Using the entries that follow, write out the line containing "v11 (13.829317,5,9)", the line containing "v19 (41.951139,4,-5)", and every line between them, exactly and nothing else.

Records from a data collection:

================

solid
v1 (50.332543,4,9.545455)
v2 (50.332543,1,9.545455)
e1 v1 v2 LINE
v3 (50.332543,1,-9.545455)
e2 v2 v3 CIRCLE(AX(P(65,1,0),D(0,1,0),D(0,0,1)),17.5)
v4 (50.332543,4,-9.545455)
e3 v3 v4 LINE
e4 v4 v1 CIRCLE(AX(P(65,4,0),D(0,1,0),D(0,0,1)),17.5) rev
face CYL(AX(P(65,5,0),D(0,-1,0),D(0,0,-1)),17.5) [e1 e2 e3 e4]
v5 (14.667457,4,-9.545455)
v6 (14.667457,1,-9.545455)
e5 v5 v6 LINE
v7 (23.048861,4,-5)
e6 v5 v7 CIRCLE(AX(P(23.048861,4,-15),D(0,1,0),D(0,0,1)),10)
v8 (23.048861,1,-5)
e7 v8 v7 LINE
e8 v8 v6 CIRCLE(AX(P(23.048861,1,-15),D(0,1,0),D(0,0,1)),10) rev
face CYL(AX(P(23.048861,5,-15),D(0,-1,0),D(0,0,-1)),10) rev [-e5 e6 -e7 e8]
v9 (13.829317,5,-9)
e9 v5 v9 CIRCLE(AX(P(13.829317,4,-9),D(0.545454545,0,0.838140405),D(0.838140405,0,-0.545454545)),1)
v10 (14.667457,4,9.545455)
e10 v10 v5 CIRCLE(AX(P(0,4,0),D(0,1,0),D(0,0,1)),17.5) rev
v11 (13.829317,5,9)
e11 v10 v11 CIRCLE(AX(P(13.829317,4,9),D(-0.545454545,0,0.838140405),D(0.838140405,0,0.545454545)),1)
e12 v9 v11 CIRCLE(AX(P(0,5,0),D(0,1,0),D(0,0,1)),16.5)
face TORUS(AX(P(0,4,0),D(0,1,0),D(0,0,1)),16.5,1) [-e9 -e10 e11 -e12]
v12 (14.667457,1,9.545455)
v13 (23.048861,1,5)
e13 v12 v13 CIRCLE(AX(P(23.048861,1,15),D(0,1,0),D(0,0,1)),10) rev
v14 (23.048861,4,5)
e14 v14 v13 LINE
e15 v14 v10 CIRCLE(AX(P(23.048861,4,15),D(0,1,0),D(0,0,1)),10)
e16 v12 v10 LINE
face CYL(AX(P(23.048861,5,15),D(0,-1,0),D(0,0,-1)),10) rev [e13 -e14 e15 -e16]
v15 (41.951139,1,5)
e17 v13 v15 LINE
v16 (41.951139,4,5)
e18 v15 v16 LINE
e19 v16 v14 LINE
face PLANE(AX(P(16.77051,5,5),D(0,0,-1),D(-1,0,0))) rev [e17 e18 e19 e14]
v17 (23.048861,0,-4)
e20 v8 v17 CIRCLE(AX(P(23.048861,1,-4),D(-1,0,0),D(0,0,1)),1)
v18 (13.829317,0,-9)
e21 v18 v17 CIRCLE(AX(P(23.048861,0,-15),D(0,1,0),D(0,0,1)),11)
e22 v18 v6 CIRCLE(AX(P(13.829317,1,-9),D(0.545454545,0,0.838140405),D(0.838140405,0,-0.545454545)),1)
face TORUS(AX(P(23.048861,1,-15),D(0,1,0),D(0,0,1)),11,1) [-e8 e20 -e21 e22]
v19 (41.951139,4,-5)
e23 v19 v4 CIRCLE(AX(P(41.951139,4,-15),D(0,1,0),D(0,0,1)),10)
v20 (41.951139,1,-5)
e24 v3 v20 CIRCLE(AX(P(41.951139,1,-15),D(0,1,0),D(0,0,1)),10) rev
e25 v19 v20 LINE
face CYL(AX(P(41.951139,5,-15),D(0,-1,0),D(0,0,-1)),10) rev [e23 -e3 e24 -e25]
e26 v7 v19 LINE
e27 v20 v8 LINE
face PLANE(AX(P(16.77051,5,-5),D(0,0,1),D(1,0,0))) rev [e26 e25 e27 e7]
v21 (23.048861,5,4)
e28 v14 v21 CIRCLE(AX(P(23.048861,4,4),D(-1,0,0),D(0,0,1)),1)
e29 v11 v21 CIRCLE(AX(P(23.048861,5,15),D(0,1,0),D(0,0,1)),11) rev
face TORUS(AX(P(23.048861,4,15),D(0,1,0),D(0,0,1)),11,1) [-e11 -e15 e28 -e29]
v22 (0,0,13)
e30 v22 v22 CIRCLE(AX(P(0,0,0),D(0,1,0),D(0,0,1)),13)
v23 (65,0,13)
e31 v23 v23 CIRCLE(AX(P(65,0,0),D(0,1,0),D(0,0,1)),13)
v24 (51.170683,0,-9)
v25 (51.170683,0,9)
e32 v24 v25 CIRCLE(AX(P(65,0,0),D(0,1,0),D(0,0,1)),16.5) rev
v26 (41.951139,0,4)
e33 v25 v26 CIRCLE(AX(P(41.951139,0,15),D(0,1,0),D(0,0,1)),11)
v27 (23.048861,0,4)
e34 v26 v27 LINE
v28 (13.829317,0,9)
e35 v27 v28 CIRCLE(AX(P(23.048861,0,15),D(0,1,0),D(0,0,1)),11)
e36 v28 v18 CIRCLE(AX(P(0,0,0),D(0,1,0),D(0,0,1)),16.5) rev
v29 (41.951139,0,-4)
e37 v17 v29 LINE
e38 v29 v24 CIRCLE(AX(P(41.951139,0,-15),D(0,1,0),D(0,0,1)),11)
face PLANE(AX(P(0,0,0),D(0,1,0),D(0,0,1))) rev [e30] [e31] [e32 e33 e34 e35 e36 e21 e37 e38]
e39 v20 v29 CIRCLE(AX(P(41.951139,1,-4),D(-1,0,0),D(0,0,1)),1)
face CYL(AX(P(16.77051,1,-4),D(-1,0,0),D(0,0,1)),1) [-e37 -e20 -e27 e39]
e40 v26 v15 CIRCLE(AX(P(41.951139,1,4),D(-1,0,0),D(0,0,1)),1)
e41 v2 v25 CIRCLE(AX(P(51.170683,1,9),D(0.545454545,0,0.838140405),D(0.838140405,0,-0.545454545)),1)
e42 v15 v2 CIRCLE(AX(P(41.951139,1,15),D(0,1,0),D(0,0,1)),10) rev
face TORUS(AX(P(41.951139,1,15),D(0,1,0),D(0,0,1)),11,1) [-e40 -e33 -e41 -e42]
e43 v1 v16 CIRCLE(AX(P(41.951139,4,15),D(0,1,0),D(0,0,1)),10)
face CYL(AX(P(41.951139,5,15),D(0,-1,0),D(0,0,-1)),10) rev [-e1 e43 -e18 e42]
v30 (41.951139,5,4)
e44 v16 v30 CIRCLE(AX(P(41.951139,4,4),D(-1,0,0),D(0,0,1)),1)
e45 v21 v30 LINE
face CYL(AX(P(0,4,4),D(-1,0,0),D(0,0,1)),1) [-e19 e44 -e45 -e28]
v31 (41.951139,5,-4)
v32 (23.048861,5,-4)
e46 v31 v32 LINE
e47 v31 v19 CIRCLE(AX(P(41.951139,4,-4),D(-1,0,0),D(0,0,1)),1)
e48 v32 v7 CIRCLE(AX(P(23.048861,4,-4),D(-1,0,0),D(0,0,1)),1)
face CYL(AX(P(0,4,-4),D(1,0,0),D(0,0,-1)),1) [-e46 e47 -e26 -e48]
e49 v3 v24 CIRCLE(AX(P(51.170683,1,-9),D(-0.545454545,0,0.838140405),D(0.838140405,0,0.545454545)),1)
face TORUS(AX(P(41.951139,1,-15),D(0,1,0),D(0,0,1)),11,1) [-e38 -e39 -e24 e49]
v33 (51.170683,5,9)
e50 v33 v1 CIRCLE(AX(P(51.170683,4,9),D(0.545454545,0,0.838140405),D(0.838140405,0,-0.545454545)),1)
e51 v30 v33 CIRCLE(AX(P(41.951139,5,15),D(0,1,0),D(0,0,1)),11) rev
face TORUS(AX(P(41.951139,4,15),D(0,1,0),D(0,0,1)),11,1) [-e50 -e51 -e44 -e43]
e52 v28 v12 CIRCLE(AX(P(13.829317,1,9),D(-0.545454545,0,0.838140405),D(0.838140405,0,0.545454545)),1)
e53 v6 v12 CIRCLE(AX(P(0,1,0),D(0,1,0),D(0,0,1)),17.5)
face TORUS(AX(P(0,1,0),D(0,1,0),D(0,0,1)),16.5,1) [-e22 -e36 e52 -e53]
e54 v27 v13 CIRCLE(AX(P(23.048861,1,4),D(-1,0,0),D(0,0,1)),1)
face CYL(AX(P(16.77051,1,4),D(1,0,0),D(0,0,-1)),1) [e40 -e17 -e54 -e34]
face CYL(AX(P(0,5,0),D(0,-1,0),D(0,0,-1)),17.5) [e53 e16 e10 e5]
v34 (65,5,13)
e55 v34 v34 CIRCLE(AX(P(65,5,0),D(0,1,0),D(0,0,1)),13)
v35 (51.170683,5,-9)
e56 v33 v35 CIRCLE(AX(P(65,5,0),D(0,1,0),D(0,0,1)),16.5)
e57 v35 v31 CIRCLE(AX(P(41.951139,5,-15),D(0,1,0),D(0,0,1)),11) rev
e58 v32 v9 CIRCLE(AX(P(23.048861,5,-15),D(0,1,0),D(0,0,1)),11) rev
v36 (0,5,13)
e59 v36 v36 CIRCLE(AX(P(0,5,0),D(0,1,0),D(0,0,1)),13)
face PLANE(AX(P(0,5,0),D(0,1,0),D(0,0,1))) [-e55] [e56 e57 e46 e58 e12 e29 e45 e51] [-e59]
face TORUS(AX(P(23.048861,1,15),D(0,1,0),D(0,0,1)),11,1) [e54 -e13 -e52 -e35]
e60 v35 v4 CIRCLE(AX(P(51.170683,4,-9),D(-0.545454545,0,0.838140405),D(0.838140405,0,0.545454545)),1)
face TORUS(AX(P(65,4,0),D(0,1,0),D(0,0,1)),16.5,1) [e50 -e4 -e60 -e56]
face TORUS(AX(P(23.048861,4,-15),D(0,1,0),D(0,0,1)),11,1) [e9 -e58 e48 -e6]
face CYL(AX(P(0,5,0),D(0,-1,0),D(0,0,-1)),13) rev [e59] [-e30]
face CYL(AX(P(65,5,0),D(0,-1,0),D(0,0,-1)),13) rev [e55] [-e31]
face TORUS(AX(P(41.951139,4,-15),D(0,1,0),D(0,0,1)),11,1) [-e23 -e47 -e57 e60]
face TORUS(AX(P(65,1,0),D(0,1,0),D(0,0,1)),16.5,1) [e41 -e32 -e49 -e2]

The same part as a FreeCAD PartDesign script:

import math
import FreeCAD as App
import Part
import Sketcher

V = App.Vector


def edges_at(feature, points):
    """Names of the edges that pass closest to the given points."""
    edges = feature.Shape.Edges
    near = lambda p: min(range(len(edges)), key=lambda i: edges[i].distToShape(Part.Vertex(*p))[0])
    return sorted({f"Edge{near(p) + 1}" for p in points})

doc = App.newDocument("Part")
body = doc.addObject("PartDesign::Body", "Body")

# Sketch on XZ plane
sketch1 = body.newObject("Sketcher::SketchObject", "Sketch")
sketch1.AttachmentSupport = (doc.getObject("XZ_Plane"), [""])
sketch1.MapMode = "FlatFace"
sketch1.addGeometry([
    Part.LineSegment(V(48, -5, 0), V(17, -5, 0)),  # 0
    Part.ArcOfCircle(Part.Circle(V(0, 0, 0), V(0, 0, 1), 18), math.radians(17), math.radians(343)),  # 1
    Part.LineSegment(V(17, 5, 0), V(48, 5, 0)),  # 2
    Part.ArcOfCircle(Part.Circle(V(65, 0, 0), V(0, 0, 1), 18), math.radians(-163), math.radians(163)),  # 3
    Part.Circle(V(65, 0, 0), V(0, 0, 1), 13),  # 4
    Part.Circle(V(0, 0, 0), V(0, 0, 1), 13),  # 5
], False)
sketch1.addConstraint([
    Sketcher.Constraint("Coincident", 0, 2, 1, 2),
    Sketcher.Constraint("Coincident", 1, 1, 2, 1),
    Sketcher.Constraint("Coincident", 2, 2, 3, 2),
    Sketcher.Constraint("Coincident", 3, 1, 0, 1),
    Sketcher.Constraint("Horizontal", 0),
    Sketcher.Constraint("Horizontal", 2),
    Sketcher.Constraint("Coincident", 1, 3, -1, 1),
    Sketcher.Constraint("Coincident", 5, 3, -1, 1),
    Sketcher.Constraint("Coincident", 4, 3, 3, 3),
    Sketcher.Constraint("Equal", 1, 3),
    Sketcher.Constraint("Equal", 4, 5),
    Sketcher.Constraint("Symmetric", 2, 2, 3, 1, -1),
    Sketcher.Constraint("Diameter", 4, 26.0),
    Sketcher.Constraint("Radius", 1, 17.5),
    Sketcher.Constraint("DistanceX", -1, 1, 3, 3, 65.0),
    Sketcher.Constraint("DistanceY", 0, 2, -1, 1, 5.0),
])
pad1 = body.newObject("PartDesign::Pad", "Pad")
pad1.Profile = sketch1
pad1.Length = 5
pad1.Reversed = True
doc.recompute()

fillet = body.newObject("PartDesign::Fillet", "Fillet")
fillet.Base = (pad1, edges_at(pad1, [
    (16.771, 2.5, -5),
    (48.229, 2.5, -5),
    (48.229, 2.5, 5),
    (16.771, 2.5, 5),
]))
fillet.Radius = 10
doc.recompute()

fillet2 = body.newObject("PartDesign::Fillet", "Fillet001")
fillet2.Base = (fillet, edges_at(fillet, [
    (82.5, 0, 0),
    (82.5, 5, 0),
    (32.5, 0, 5),
    (32.5, 5, 5),
    (-17.5, 0, 0),
    (-17.5, 5, 0),
    (32.5, 0, -5),
    (32.5, 5, -5),
    (46.718, 0, 6.21),
    (46.718, 5, 6.21),
    (18.282, 0, 6.21),
    (18.282, 5, 6.21),
    (46.718, 0, -6.21),
    (46.718, 5, -6.21),
    (18.282, 0, -6.21),
    (18.282, 5, -6.21),
]))
fillet2.Radius = 1

doc.recompute()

================

▶ **EXPECTED ANSWER**:
v11 (13.829317,5,9)
e11 v10 v11 CIRCLE(AX(P(13.829317,4,9),D(-0.545454545,0,0.838140405),D(0.838140405,0,0.545454545)),1)
e12 v9 v11 CIRCLE(AX(P(0,5,0),D(0,1,0),D(0,0,1)),16.5)
face TORUS(AX(P(0,4,0),D(0,1,0),D(0,0,1)),16.5,1) [-e9 -e10 e11 -e12]
v12 (14.667457,1,9.545455)
v13 (23.048861,1,5)
e13 v12 v13 CIRCLE(AX(P(23.048861,1,15),D(0,1,0),D(0,0,1)),10) rev
v14 (23.048861,4,5)
e14 v14 v13 LINE
e15 v14 v10 CIRCLE(AX(P(23.048861,4,15),D(0,1,0),D(0,0,1)),10)
e16 v12 v10 LINE
face CYL(AX(P(23.048861,5,15),D(0,-1,0),D(0,0,-1)),10) rev [e13 -e14 e15 -e16]
v15 (41.951139,1,5)
e17 v13 v15 LINE
v16 (41.951139,4,5)
e18 v15 v16 LINE
e19 v16 v14 LINE
face PLANE(AX(P(16.77051,5,5),D(0,0,-1),D(-1,0,0))) rev [e17 e18 e19 e14]
v17 (23.048861,0,-4)
e20 v8 v17 CIRCLE(AX(P(23.048861,1,-4),D(-1,0,0),D(0,0,1)),1)
v18 (13.829317,0,-9)
e21 v18 v17 CIRCLE(AX(P(23.048861,0,-15),D(0,1,0),D(0,0,1)),11)
e22 v18 v6 CIRCLE(AX(P(13.829317,1,-9),D(0.545454545,0,0.838140405),D(0.838140405,0,-0.545454545)),1)
face TORUS(AX(P(23.048861,1,-15),D(0,1,0),D(0,0,1)),11,1) [-e8 e20 -e21 e22]
v19 (41.951139,4,-5)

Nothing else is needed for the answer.